What is expected: Return, word for word, only the lines of the data below that lie between the line with "line L1 (71.6658, -1.0603)" and the line with "line L6 (-8.5111, 16.9397)", those two lines included.
####################
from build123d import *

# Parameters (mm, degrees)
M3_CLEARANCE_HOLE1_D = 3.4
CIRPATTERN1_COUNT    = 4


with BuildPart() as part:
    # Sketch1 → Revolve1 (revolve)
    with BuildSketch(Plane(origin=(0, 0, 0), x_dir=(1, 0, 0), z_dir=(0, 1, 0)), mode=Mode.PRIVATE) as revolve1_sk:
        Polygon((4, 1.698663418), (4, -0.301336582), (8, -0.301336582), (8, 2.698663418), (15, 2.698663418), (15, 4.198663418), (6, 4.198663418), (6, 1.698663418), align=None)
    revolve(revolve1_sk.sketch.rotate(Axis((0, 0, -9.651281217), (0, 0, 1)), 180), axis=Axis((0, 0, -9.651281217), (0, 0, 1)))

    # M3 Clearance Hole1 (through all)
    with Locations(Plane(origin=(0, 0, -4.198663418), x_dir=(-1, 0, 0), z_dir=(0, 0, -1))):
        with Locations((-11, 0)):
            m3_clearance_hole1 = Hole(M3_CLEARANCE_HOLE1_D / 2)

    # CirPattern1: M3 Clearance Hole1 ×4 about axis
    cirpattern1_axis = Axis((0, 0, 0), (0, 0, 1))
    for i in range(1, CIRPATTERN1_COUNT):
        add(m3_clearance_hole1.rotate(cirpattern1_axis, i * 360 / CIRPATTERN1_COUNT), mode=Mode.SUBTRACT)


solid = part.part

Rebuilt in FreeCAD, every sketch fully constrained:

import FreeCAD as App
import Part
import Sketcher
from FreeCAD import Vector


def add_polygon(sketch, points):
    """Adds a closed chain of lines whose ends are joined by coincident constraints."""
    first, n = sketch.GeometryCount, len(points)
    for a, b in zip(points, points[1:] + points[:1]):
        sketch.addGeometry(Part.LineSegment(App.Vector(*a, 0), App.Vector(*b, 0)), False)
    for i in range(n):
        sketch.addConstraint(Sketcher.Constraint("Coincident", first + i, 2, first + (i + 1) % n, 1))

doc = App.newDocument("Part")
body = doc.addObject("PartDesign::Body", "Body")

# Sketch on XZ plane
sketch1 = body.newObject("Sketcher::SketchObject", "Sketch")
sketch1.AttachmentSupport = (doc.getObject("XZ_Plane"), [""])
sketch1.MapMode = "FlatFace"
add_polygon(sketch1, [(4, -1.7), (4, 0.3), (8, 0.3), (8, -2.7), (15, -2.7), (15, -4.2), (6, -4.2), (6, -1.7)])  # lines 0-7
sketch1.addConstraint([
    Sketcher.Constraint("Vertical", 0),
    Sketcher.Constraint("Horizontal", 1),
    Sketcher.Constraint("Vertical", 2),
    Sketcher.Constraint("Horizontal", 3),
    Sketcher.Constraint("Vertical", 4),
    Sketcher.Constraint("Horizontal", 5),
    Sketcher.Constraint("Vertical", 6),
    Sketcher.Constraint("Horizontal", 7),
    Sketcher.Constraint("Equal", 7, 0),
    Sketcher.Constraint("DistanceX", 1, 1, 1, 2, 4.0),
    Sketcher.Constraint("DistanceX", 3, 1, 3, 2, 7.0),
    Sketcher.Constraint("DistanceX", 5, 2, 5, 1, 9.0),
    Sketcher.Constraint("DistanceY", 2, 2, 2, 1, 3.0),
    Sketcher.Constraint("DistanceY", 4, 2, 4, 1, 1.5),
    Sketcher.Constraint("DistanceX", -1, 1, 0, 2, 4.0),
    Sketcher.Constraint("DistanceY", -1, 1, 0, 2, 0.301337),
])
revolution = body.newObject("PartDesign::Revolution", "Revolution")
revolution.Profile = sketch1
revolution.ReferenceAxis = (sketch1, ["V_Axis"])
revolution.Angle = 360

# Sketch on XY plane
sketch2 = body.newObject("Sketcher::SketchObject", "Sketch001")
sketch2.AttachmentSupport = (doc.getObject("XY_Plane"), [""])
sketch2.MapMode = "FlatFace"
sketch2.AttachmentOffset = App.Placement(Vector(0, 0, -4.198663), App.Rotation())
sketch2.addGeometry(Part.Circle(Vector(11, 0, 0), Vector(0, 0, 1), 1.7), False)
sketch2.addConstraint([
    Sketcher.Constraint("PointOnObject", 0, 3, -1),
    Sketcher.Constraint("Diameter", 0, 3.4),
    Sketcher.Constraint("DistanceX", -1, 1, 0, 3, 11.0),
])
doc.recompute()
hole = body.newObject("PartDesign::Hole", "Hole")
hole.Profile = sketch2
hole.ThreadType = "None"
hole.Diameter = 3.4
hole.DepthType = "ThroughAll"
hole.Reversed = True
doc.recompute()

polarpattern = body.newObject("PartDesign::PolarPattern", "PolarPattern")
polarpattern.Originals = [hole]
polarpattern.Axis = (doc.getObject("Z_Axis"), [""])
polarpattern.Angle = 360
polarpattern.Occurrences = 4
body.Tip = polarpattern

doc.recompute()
####################
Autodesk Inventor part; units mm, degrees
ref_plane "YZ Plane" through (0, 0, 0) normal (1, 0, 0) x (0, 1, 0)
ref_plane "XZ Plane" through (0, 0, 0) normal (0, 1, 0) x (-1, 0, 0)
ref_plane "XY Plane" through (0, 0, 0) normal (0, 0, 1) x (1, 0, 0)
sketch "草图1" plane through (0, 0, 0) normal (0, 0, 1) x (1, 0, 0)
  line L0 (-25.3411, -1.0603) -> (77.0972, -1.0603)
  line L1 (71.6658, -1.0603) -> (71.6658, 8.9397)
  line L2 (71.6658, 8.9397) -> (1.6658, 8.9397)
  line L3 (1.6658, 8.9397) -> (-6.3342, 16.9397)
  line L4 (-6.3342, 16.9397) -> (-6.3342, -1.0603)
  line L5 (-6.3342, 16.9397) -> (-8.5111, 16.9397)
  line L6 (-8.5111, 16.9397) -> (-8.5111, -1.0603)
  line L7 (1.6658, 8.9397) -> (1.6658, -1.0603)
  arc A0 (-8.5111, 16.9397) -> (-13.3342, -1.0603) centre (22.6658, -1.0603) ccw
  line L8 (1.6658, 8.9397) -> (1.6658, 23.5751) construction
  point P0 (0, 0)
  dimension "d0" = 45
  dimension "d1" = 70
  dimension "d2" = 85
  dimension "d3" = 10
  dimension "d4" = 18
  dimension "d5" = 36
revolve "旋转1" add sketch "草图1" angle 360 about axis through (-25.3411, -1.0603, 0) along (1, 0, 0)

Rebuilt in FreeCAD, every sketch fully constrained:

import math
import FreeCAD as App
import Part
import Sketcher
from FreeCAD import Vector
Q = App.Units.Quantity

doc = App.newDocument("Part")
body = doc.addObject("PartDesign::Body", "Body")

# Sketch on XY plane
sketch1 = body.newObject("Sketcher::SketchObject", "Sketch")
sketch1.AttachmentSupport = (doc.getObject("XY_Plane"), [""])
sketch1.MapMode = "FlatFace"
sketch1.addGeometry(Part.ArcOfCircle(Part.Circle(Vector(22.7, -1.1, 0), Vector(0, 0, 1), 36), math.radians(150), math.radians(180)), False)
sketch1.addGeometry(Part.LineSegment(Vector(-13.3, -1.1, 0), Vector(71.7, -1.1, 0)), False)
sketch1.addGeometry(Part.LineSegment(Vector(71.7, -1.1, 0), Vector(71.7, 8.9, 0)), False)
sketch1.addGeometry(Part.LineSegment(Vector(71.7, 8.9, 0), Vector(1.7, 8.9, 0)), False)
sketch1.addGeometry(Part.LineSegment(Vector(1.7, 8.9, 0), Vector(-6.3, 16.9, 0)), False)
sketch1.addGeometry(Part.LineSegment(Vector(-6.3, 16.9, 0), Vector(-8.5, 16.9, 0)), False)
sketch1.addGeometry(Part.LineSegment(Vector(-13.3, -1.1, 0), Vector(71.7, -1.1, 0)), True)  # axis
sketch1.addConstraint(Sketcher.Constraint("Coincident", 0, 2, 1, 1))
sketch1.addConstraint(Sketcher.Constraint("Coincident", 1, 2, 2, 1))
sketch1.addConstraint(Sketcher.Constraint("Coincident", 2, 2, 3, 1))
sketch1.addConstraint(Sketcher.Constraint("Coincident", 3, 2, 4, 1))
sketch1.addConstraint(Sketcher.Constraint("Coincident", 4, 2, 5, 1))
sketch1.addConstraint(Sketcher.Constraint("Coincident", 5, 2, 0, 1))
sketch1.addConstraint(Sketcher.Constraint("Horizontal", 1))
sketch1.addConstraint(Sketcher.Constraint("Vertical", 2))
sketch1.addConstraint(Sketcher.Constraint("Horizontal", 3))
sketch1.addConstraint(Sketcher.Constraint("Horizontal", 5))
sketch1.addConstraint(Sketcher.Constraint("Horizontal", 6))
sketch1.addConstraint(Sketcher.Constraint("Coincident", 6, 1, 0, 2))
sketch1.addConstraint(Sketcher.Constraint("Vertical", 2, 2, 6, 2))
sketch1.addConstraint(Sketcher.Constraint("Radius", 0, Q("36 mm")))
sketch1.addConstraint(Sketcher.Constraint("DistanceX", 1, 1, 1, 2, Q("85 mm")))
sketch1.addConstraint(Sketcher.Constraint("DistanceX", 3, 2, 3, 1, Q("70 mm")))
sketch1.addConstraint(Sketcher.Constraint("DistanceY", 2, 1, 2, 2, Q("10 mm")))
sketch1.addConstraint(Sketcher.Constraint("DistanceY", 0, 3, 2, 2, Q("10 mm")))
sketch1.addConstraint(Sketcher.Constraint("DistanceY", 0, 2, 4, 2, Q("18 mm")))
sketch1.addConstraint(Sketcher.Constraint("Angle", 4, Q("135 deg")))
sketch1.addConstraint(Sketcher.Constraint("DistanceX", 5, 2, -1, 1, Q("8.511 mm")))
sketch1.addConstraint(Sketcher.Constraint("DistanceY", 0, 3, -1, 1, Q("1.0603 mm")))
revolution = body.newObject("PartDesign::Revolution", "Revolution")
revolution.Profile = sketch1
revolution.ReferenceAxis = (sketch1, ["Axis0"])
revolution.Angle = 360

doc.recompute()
####################
Exercise answer:
  line L1 (71.6658, -1.0603) -> (71.6658, 8.9397)
  line L2 (71.6658, 8.9397) -> (1.6658, 8.9397)
  line L3 (1.6658, 8.9397) -> (-6.3342, 16.9397)
  line L4 (-6.3342, 16.9397) -> (-6.3342, -1.0603)
  line L5 (-6.3342, 16.9397) -> (-8.5111, 16.9397)
  line L6 (-8.5111, 16.9397) -> (-8.5111, -1.0603)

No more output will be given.